[Start of section]

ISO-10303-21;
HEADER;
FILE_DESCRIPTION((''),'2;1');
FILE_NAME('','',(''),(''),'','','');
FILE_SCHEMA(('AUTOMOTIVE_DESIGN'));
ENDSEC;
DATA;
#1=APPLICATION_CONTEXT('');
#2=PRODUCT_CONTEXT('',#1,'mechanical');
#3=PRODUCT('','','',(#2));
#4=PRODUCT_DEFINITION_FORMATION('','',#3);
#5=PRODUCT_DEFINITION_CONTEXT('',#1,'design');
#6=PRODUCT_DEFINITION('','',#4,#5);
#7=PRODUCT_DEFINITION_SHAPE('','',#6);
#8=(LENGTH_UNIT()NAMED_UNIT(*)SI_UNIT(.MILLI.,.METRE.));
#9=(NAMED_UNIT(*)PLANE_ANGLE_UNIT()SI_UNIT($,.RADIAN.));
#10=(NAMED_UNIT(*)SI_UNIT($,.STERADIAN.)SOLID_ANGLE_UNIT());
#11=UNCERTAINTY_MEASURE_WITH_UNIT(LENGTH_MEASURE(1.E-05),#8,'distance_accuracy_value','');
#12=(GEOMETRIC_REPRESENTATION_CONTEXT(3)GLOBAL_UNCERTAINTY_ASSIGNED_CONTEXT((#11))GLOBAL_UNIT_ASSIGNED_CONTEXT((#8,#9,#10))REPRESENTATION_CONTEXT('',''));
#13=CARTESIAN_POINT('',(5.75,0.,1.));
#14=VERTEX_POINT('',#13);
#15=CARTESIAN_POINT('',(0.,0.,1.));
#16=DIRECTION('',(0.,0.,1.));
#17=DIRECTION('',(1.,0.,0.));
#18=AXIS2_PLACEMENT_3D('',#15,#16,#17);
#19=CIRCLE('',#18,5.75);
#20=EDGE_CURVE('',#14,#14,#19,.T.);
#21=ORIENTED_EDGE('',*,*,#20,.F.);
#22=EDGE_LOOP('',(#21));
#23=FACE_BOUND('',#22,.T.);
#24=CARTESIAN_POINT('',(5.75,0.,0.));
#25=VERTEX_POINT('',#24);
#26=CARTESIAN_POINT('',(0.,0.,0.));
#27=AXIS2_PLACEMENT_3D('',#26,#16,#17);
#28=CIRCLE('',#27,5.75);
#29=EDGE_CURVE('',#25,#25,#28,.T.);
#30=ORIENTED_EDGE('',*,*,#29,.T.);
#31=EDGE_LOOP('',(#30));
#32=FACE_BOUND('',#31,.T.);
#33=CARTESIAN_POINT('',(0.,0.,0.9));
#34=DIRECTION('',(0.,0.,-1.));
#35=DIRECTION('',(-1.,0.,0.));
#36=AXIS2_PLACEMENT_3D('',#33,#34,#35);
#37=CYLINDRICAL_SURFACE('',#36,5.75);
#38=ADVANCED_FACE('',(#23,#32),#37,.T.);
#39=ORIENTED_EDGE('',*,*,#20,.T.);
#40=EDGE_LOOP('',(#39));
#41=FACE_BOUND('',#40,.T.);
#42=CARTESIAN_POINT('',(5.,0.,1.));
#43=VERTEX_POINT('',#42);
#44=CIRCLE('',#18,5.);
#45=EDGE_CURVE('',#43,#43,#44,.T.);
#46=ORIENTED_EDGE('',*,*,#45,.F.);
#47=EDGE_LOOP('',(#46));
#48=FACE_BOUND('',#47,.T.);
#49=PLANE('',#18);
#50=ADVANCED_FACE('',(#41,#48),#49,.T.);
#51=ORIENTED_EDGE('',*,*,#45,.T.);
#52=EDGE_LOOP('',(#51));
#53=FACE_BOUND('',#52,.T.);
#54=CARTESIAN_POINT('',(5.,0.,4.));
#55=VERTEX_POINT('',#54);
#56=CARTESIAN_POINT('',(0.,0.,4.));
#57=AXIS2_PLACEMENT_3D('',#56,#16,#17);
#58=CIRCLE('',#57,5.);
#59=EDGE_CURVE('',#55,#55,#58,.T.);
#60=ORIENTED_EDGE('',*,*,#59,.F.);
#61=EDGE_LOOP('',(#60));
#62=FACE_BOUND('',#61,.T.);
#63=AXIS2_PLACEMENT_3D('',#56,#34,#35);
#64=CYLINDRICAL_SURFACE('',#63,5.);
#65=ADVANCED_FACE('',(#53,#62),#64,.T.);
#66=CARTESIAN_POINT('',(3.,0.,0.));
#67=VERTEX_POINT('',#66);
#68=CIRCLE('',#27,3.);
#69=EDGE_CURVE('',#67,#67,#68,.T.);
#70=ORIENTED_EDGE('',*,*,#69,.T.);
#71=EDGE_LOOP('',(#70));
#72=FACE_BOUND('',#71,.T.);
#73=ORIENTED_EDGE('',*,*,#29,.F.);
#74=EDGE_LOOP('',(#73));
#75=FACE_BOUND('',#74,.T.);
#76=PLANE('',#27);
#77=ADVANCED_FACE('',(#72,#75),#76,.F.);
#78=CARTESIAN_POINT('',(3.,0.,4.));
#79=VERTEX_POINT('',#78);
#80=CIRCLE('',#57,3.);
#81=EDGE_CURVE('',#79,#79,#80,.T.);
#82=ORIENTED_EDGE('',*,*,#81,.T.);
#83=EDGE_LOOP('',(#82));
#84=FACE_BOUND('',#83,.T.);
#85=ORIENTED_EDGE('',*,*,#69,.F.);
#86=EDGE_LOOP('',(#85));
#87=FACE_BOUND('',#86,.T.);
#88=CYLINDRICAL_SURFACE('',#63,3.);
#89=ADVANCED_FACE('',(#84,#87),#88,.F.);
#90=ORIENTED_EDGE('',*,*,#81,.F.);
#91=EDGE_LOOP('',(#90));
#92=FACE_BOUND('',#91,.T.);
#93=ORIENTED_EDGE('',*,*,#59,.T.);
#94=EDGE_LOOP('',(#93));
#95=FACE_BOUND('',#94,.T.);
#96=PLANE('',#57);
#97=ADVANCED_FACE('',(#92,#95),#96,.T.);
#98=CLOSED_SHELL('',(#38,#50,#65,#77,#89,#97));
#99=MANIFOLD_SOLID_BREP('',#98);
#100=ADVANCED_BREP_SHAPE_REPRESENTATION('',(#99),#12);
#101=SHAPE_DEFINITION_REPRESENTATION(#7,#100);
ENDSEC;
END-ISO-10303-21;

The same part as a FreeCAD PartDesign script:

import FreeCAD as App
import Part
import Sketcher

V = App.Vector
Q = App.Units.Quantity

doc = App.newDocument("Part")
params = doc.addObject("Spreadsheet::Sheet", "Params")
for row, (alias, value) in enumerate([
    ("sketch1_diameter", "10 mm"),
    ("sketch1_diameter2", "6 mm"),
    ("pad1_length", "4 mm"),
    ("sketch2_diameter", "11.5 mm"),
    ("pad2_length", "0.9 mm"),
    ("sketch3_diameter", "6 mm"),
    ("pocket1_length", "9.9 mm"),
    ("sketch4_diameter", "11.5 mm"),
    ("pad3_length", "1 mm"),
    ("sketch5_diameter", "6 mm"),
    ("pocket2_length", "7 mm"),
], start=1):
    params.set(f"A{row}", alias)
    params.set(f"B{row}", "=" + value)
    params.setAlias(f"B{row}", alias)

body = doc.addObject("PartDesign::Body", "Body")

sketch1 = body.newObject("Sketcher::SketchObject", "Sketch")
sketch1.AttachmentSupport = (doc.getObject("XY_Plane"), [""])
sketch1.MapMode = "FlatFace"
sketch1.addGeometry([
    Part.Circle(V(0, 0, 0), V(0, 0, 1), 5),
    Part.Circle(V(0, 0, 0), V(0, 0, 1), 3),
], False)
sketch1.addConstraint([
    Sketcher.Constraint("Coincident", 0, 3, -1, 1),
    Sketcher.Constraint("Coincident", 1, 3, -1, 1),
    Sketcher.Constraint("Diameter", 0, Q("10 mm")),
    Sketcher.Constraint("Diameter", 1, Q("6 mm")),
])
sketch1.setExpression("Constraints[2]", "Params.sketch1_diameter")
sketch1.setExpression("Constraints[3]", "Params.sketch1_diameter2")
pad1 = body.newObject("PartDesign::Pad", "Pad")
pad1.Profile = sketch1
pad1.setExpression("Length", "Params.pad1_length")

sketch2 = body.newObject("Sketcher::SketchObject", "Sketch001")
sketch2.AttachmentSupport = (doc.getObject("XY_Plane"), [""])
sketch2.MapMode = "FlatFace"
sketch2.addGeometry(Part.Circle(V(0, 0, 0), V(0, 0, 1), 6), False)
sketch2.addConstraint([
    Sketcher.Constraint("Coincident", 0, 3, -1, 1),
    Sketcher.Constraint("Diameter", 0, Q("11.5 mm")),
])
sketch2.setExpression("Constraints[1]", "Params.sketch2_diameter")
pad2 = body.newObject("PartDesign::Pad", "Pad001")
pad2.Profile = sketch2
pad2.setExpression("Length", "Params.pad2_length")

sketch3 = body.newObject("Sketcher::SketchObject", "Sketch002")
sketch3.AttachmentSupport = (doc.getObject("XY_Plane"), [""])
sketch3.MapMode = "FlatFace"
sketch3.addGeometry(Part.Circle(V(0, 0, 0), V(0, 0, 1), 3), False)
sketch3.addConstraint([
    Sketcher.Constraint("Coincident", 0, 3, -1, 1),
    Sketcher.Constraint("Diameter", 0, Q("6 mm")),
])
sketch3.setExpression("Constraints[1]", "Params.sketch3_diameter")
pocket1 = body.newObject("PartDesign::Pocket", "Pocket")
pocket1.Profile = sketch3
pocket1.setExpression("Length", "Params.pocket1_length")
pocket1.Reversed = True

sketch4 = body.newObject("Sketcher::SketchObject", "Sketch003")
sketch4.AttachmentSupport = (doc.getObject("XY_Plane"), [""])
sketch4.MapMode = "FlatFace"
sketch4.addGeometry(Part.Circle(V(0, 0, 0), V(0, 0, 1), 6), False)
sketch4.addConstraint([
    Sketcher.Constraint("Coincident", 0, 3, -1, 1),
    Sketcher.Constraint("Diameter", 0, Q("11.5 mm")),
])
sketch4.setExpression("Constraints[1]", "Params.sketch4_diameter")
pad3 = body.newObject("PartDesign::Pad", "Pad002")
pad3.Profile = sketch4
pad3.setExpression("Length", "Params.pad3_length")

sketch5 = body.newObject("Sketcher::SketchObject", "Sketch004")
sketch5.AttachmentSupport = (doc.getObject("XY_Plane"), [""])
sketch5.MapMode = "FlatFace"
sketch5.addGeometry(Part.Circle(V(0, 0, 0), V(0, 0, 1), 3), False)
sketch5.addConstraint([
    Sketcher.Constraint("Coincident", 0, 3, -1, 1),
    Sketcher.Constraint("Diameter", 0, Q("6 mm")),
])
sketch5.setExpression("Constraints[1]", "Params.sketch5_diameter")
pocket2 = body.newObject("PartDesign::Pocket", "Pocket001")
pocket2.Profile = sketch5
pocket2.setExpression("Length", "Params.pocket2_length")
pocket2.Reversed = True

doc.recompute()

[End of section]

- _Prompt_
Type out again, exactly as written, the lines from the beginning of the material through the one containing "#39=ORIENTED_EDGE('',*,*,#20,.T.);".

- _Written answer_
ISO-10303-21;
HEADER;
FILE_DESCRIPTION((''),'2;1');
FILE_NAME('','',(''),(''),'','','');
FILE_SCHEMA(('AUTOMOTIVE_DESIGN'));
ENDSEC;
DATA;
#1=APPLICATION_CONTEXT('');
#2=PRODUCT_CONTEXT('',#1,'mechanical');
#3=PRODUCT('','','',(#2));
#4=PRODUCT_DEFINITION_FORMATION('','',#3);
#5=PRODUCT_DEFINITION_CONTEXT('',#1,'design');
#6=PRODUCT_DEFINITION('','',#4,#5);
#7=PRODUCT_DEFINITION_SHAPE('','',#6);
#8=(LENGTH_UNIT()NAMED_UNIT(*)SI_UNIT(.MILLI.,.METRE.));
#9=(NAMED_UNIT(*)PLANE_ANGLE_UNIT()SI_UNIT($,.RADIAN.));
#10=(NAMED_UNIT(*)SI_UNIT($,.STERADIAN.)SOLID_ANGLE_UNIT());
#11=UNCERTAINTY_MEASURE_WITH_UNIT(LENGTH_MEASURE(1.E-05),#8,'distance_accuracy_value','');
#12=(GEOMETRIC_REPRESENTATION_CONTEXT(3)GLOBAL_UNCERTAINTY_ASSIGNED_CONTEXT((#11))GLOBAL_UNIT_ASSIGNED_CONTEXT((#8,#9,#10))REPRESENTATION_CONTEXT('',''));
#13=CARTESIAN_POINT('',(5.75,0.,1.));
#14=VERTEX_POINT('',#13);
#15=CARTESIAN_POINT('',(0.,0.,1.));
#16=DIRECTION('',(0.,0.,1.));
#17=DIRECTION('',(1.,0.,0.));
#18=AXIS2_PLACEMENT_3D('',#15,#16,#17);
#19=CIRCLE('',#18,5.75);
#20=EDGE_CURVE('',#14,#14,#19,.T.);
#21=ORIENTED_EDGE('',*,*,#20,.F.);
#22=EDGE_LOOP('',(#21));
#23=FACE_BOUND('',#22,.T.);
#24=CARTESIAN_POINT('',(5.75,0.,0.));
#25=VERTEX_POINT('',#24);
#26=CARTESIAN_POINT('',(0.,0.,0.));
#27=AXIS2_PLACEMENT_3D('',#26,#16,#17);
#28=CIRCLE('',#27,5.75);
#29=EDGE_CURVE('',#25,#25,#28,.T.);
#30=ORIENTED_EDGE('',*,*,#29,.T.);
#31=EDGE_LOOP('',(#30));
#32=FACE_BOUND('',#31,.T.);
#33=CARTESIAN_POINT('',(0.,0.,0.9));
#34=DIRECTION('',(0.,0.,-1.));
#35=DIRECTION('',(-1.,0.,0.));
#36=AXIS2_PLACEMENT_3D('',#33,#34,#35);
#37=CYLINDRICAL_SURFACE('',#36,5.75);
#38=ADVANCED_FACE('',(#23,#32),#37,.T.);
#39=ORIENTED_EDGE('',*,*,#20,.T.);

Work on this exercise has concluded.